Rice Payasam or Kheer with condensed milk is a creamy milk pudding. We make it with short-grain rice like sona masuri or ponni with thick milk and nuts. Condensed Milk added makes it more rich and creamy.

The common sweet made for Neivedyam is mostly Payasam with rice or vermicelli. As I had mentioned in my Chawal ki Kheer highlighting the Bihari style, we typically don't have a payasam made with rice in Andhra cuisine. At least the thin version of the milk and rice combination.
Kheer with condensed milk or Paramannam or rice payasam is a pudding made with rice, milk, and jaggery. We always use jaggery in the traditional version offered as Neivedyam to God. Though now, we make it with sugar as well. We call this sweet Annam Payasam, ksheerannam, or Bellam Paramannam (if prepared using jaggery).
The consistency of this sweet is on the thicker side and more like Sakkarai Pongal. The amount of milk makes all the difference.

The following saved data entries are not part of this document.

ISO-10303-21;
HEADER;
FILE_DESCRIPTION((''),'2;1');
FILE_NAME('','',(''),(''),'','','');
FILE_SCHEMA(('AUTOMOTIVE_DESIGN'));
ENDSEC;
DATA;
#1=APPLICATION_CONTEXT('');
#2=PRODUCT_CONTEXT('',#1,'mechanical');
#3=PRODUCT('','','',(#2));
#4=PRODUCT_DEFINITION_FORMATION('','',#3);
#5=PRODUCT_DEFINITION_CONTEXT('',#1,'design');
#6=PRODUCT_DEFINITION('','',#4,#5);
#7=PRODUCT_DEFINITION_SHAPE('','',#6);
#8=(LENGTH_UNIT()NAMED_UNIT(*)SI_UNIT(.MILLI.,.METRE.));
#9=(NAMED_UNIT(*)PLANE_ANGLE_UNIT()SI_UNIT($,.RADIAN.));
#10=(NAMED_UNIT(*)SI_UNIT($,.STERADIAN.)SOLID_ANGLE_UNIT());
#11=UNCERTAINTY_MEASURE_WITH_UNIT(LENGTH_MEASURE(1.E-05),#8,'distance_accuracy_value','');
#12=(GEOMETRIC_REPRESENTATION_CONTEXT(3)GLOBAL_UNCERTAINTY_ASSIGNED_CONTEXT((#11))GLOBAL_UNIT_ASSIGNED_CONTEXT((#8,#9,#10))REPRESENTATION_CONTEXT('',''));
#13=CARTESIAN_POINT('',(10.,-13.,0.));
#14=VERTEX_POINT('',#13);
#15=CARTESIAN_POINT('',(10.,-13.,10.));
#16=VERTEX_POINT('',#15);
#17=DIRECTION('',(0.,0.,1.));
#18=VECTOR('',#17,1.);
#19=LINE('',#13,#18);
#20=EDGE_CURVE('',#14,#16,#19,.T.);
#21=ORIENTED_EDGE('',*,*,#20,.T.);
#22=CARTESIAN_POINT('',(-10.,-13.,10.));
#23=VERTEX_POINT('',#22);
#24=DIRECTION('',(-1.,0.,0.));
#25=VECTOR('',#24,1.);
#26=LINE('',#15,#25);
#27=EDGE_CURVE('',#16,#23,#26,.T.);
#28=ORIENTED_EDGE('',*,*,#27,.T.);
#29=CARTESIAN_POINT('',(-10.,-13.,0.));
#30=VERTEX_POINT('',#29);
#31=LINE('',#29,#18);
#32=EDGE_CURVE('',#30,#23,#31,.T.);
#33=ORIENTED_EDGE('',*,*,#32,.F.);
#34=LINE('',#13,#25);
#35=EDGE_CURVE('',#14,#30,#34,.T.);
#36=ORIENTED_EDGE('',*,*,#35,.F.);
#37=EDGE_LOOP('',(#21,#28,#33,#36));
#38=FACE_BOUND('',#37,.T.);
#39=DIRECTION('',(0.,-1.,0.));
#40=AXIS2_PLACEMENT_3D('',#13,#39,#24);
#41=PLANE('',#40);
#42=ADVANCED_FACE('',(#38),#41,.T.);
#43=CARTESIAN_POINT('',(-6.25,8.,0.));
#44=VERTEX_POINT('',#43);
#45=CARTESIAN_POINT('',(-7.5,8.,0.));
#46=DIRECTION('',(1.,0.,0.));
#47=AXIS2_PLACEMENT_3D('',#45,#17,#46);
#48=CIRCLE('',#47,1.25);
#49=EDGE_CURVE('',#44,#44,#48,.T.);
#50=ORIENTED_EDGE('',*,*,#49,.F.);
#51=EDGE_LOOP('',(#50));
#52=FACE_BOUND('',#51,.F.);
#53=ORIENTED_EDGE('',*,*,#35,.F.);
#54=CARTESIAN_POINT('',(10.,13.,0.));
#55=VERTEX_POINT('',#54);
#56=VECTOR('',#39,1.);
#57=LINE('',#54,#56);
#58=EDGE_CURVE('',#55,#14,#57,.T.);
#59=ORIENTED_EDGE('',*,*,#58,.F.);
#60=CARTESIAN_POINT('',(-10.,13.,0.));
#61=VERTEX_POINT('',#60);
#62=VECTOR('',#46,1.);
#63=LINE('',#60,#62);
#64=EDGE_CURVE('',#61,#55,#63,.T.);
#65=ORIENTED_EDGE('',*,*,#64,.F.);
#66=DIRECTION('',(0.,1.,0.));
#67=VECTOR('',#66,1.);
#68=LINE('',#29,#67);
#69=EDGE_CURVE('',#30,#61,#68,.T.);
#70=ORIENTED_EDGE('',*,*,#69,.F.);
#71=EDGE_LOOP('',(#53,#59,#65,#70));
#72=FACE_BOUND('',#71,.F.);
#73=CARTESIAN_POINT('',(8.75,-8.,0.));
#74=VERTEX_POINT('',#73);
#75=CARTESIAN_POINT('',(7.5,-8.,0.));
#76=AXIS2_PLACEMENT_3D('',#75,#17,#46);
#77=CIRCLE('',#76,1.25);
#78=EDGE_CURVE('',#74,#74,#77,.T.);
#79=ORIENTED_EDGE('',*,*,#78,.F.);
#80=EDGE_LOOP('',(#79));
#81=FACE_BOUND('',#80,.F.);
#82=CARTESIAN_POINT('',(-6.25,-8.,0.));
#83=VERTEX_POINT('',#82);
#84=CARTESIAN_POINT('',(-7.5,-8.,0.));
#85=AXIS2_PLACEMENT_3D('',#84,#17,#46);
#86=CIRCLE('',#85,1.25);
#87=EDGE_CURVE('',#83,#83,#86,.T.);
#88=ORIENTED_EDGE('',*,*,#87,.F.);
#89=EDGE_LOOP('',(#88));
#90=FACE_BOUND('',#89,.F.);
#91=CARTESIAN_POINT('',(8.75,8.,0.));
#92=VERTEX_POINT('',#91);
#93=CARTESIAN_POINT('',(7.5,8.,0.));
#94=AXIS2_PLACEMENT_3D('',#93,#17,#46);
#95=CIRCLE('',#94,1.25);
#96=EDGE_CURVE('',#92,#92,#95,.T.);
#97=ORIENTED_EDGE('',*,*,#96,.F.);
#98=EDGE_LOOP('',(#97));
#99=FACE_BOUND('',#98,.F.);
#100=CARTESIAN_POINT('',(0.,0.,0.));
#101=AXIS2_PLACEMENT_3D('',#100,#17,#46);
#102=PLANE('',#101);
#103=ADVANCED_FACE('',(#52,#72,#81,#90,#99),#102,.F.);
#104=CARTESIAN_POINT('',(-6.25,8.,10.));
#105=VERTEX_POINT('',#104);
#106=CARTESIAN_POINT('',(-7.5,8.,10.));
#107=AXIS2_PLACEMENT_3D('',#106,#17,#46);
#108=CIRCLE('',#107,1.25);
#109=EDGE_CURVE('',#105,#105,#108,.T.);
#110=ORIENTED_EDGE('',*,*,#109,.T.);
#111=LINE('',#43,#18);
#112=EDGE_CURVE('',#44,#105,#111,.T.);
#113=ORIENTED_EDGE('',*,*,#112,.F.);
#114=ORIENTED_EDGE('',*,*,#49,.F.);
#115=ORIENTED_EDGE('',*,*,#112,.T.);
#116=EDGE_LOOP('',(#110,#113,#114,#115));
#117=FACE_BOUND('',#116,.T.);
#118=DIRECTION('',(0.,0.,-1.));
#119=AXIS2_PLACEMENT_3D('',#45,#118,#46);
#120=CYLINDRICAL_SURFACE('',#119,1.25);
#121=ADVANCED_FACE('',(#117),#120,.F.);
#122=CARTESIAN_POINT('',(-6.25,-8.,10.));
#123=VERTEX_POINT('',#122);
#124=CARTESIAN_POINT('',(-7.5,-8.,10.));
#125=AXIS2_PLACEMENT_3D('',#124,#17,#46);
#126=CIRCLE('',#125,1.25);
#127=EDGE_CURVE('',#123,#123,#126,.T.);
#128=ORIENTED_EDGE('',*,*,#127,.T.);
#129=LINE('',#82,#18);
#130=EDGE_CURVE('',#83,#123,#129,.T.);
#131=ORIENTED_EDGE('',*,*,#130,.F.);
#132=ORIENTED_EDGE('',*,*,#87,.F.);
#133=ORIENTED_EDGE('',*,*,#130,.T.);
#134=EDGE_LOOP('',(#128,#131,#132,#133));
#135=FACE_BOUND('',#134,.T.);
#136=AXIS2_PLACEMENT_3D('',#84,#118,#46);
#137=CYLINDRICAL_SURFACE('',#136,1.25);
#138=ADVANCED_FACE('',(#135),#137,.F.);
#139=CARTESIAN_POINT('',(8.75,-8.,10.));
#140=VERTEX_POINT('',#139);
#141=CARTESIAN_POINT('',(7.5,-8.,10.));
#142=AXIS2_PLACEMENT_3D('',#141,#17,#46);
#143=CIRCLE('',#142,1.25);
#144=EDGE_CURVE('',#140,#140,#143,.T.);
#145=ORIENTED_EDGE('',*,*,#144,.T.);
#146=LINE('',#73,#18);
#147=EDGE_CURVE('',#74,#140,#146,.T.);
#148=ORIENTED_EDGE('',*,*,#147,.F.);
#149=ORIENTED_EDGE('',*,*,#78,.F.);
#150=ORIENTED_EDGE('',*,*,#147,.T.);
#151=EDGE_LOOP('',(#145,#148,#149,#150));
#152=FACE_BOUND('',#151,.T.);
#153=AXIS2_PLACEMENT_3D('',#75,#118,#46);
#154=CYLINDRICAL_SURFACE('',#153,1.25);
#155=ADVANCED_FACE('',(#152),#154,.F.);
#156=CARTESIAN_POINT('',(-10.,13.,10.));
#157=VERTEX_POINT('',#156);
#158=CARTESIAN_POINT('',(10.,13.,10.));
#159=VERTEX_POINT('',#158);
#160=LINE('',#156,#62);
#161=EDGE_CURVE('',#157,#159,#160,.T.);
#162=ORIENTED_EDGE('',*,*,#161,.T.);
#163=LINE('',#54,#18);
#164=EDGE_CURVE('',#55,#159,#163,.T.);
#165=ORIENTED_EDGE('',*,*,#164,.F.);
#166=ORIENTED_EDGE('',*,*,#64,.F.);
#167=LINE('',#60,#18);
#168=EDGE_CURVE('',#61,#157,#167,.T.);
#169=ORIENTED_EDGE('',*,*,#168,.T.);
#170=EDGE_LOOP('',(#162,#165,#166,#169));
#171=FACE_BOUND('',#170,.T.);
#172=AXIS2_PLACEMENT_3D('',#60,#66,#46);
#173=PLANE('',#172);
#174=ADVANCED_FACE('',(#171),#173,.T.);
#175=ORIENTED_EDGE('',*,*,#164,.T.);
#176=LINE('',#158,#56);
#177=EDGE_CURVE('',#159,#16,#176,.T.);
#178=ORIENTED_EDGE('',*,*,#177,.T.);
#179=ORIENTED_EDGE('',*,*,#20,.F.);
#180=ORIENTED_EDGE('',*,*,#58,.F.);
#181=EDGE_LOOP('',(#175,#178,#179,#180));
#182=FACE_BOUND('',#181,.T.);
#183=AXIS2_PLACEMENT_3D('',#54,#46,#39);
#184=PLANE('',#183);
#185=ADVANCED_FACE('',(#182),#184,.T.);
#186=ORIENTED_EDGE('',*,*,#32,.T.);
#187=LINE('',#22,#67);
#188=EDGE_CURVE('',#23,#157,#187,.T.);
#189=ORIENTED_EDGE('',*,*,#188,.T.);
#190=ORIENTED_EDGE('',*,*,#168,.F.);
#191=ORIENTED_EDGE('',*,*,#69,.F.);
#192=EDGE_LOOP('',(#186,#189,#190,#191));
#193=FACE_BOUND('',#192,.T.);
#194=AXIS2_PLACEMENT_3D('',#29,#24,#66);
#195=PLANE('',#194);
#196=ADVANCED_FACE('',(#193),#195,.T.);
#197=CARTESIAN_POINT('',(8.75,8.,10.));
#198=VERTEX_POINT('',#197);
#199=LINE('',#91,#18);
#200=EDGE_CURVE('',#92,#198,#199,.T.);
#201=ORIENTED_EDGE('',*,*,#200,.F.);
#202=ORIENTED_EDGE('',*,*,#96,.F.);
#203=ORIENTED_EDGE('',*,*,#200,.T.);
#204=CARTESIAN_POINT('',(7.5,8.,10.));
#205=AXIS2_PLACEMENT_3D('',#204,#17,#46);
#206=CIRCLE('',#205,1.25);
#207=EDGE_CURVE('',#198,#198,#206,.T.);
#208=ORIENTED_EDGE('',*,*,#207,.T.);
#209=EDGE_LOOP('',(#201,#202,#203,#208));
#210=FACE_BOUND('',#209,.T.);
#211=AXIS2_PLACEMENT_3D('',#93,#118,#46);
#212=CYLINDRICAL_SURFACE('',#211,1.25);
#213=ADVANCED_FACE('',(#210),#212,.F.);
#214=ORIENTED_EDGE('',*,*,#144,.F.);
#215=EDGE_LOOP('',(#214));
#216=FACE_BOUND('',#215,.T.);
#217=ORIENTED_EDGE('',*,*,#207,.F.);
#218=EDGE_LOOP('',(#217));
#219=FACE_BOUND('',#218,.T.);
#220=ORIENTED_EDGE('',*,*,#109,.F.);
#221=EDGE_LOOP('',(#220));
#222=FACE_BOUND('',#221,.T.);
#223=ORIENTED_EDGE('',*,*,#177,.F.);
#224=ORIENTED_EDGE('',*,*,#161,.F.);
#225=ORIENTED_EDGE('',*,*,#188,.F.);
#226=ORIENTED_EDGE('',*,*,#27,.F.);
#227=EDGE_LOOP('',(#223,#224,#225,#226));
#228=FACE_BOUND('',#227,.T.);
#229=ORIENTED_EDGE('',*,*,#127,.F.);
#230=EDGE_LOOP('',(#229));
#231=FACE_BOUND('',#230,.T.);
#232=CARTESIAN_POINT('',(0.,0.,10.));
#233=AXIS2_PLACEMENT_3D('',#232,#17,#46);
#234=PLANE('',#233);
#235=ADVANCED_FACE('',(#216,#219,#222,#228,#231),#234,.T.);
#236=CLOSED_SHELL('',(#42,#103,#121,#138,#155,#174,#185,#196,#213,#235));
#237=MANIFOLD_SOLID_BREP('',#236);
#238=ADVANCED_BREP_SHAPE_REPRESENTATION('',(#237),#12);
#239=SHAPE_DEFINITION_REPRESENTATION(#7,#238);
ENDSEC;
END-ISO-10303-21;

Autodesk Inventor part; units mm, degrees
ref_plane "YZ Plane" through (0, 0, 0) normal (1, 0, 0) x (0, 1, 0)
ref_plane "XZ Plane" through (0, 0, 0) normal (0, 1, 0) x (-1, 0, 0)
ref_plane "XY Plane" through (0, 0, 0) normal (0, 0, 1) x (1, 0, 0)
sketch "Boceto1" plane through (0, 0, 0) normal (0, 0, 1) x (1, 0, 0)
  line L0 (-10, 13) -> (10, 13)
  line L1 (10, 13) -> (10, -13)
  line L2 (10, -13) -> (-10, -13)
  line L3 (-10, -13) -> (-10, 13)
  circle A0 centre (7.5, 8) radius 1.25
  circle A1 centre (-7.5, 8) radius 1.25
  circle A2 centre (7.5, -8) radius 1.25
  circle A3 centre (-7.5, -8) radius 1.25
  line L4 (1.6972, 0) -> (0, 0)
  line L5 (0, 0) -> (0, 1.3941)
  dimension "d0" = 2.5
  dimension "d3" = 15
  dimension "d6" = 16
  dimension "d9" = 7.5
  dimension "d10" = 8
  dimension "d11" = 26
  dimension "d12" = 20
extrude "Extrusión1" add sketch "Boceto1" along normal blind 10
equation "\"d9\" = 0.5 * d3"
equation "\"d10\" = 0.5 * d6"
properties part number "Soporte Linear Rail X"
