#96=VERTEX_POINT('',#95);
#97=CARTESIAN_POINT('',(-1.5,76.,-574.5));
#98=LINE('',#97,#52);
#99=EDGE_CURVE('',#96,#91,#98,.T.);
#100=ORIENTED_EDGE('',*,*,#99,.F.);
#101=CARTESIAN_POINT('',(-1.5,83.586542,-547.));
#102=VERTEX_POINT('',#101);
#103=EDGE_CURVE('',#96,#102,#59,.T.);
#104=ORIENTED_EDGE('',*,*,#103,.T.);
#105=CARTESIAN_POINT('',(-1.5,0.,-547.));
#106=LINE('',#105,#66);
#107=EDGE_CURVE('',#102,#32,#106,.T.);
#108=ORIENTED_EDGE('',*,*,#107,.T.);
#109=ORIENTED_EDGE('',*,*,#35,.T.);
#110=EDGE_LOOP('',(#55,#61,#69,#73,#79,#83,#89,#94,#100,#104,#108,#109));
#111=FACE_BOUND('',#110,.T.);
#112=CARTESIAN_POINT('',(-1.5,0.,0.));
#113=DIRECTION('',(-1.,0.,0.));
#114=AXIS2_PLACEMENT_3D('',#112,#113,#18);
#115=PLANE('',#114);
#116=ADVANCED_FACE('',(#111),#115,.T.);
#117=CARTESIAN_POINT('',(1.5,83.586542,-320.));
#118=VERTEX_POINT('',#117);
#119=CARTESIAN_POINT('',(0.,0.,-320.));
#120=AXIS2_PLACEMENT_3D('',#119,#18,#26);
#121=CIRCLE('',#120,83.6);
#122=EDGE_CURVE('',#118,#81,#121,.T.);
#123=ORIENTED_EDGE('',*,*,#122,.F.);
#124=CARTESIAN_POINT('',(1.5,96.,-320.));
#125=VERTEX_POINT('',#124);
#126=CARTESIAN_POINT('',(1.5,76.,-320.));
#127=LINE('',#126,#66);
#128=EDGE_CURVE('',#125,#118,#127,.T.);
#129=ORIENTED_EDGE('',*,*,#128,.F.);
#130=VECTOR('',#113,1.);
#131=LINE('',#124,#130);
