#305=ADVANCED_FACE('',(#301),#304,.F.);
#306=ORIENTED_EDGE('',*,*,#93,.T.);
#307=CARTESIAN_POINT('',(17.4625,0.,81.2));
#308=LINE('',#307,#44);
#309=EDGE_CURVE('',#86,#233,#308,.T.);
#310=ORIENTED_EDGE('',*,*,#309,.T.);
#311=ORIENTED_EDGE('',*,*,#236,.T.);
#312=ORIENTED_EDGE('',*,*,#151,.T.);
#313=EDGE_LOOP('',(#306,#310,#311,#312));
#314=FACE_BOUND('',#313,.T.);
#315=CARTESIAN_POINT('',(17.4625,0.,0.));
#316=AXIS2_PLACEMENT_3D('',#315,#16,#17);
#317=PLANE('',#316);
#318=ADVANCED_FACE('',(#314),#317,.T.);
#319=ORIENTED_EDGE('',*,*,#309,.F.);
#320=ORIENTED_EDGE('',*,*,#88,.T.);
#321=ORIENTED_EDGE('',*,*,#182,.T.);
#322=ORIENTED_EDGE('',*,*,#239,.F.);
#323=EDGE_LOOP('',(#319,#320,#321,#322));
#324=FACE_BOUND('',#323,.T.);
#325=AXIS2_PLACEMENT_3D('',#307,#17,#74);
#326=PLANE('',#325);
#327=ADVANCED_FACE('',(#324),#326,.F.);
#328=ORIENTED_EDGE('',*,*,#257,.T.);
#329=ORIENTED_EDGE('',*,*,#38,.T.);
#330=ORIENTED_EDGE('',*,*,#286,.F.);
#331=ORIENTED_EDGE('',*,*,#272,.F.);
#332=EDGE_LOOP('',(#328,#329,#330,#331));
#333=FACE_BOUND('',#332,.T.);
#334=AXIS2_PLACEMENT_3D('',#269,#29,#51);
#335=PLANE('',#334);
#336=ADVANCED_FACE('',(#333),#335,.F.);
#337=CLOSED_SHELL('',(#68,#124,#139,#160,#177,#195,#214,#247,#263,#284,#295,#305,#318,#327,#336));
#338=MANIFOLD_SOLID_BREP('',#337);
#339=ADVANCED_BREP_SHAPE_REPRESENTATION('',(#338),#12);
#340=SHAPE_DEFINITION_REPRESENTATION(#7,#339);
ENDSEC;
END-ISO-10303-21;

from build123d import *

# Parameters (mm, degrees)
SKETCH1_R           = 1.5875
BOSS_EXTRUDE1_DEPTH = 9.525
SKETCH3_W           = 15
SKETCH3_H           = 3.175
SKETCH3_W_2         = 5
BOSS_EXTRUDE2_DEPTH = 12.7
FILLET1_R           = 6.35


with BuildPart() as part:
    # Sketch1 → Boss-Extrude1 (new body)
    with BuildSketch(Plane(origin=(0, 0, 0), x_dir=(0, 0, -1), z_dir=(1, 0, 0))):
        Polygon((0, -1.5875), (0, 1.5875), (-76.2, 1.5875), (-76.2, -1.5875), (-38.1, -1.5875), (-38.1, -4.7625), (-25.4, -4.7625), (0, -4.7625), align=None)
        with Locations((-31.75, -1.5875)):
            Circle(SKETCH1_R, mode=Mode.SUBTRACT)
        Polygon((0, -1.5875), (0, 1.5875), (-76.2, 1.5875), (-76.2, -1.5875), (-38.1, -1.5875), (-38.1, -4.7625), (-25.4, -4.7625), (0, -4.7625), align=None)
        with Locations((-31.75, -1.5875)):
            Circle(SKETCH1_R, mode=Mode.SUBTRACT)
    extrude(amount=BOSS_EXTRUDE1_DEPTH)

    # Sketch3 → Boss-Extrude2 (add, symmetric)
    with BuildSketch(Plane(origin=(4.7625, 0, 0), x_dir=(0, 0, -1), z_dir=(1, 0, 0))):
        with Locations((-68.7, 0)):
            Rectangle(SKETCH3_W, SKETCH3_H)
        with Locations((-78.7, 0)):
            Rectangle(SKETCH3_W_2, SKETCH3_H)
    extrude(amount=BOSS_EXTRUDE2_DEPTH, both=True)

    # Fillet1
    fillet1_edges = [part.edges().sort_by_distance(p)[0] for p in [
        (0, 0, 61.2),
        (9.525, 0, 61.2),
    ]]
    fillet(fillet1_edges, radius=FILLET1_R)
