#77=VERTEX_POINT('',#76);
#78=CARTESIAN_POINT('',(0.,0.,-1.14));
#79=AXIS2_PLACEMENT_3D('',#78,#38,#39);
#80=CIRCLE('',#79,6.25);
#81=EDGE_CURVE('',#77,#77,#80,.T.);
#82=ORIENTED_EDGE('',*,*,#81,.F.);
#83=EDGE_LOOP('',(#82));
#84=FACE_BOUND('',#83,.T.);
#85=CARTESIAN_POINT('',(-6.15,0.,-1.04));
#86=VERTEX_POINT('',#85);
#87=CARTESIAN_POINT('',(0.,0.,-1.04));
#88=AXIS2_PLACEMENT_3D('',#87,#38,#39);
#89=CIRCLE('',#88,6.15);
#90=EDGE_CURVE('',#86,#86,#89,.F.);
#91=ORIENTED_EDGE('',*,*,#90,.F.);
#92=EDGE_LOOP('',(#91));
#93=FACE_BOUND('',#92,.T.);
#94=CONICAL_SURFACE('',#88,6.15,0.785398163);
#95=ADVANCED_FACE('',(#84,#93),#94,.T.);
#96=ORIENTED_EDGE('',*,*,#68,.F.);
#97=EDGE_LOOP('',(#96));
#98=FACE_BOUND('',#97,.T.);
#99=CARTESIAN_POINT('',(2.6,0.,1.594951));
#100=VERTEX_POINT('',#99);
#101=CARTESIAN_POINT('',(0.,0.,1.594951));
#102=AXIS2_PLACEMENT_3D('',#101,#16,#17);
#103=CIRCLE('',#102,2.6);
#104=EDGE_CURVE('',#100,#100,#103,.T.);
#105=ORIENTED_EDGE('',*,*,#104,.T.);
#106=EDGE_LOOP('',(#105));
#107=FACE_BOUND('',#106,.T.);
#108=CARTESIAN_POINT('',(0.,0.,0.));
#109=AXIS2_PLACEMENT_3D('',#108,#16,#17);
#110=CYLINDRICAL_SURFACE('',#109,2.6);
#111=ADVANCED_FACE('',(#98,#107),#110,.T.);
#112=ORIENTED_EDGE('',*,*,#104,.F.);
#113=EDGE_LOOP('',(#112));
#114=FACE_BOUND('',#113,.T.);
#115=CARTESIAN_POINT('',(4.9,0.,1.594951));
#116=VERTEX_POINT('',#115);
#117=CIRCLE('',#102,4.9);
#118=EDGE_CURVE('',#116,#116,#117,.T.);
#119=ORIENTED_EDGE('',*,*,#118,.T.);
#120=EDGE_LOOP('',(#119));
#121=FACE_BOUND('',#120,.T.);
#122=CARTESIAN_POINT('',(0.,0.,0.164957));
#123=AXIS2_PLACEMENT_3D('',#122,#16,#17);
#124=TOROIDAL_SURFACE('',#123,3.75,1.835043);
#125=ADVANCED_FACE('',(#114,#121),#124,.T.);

Sakkara Pongali is made with cooked rice mixed with strained, melted jaggery and milk. However, in this version, we cook the rice in milk, so it is similar to Akkaravadisal, of course without moong dal.
We make this Rice Payasam with both cooked rice and raw rice. When one is short of time and needs to make quick neivedyam, you can add condensed milk for the creaminess. In the South Indian version of Kheer or payasam, we use short grain rice like Sona Masuri or Ponni and are mostly served hot.
Varalakshmi Vratham Festival Thali features this payasam.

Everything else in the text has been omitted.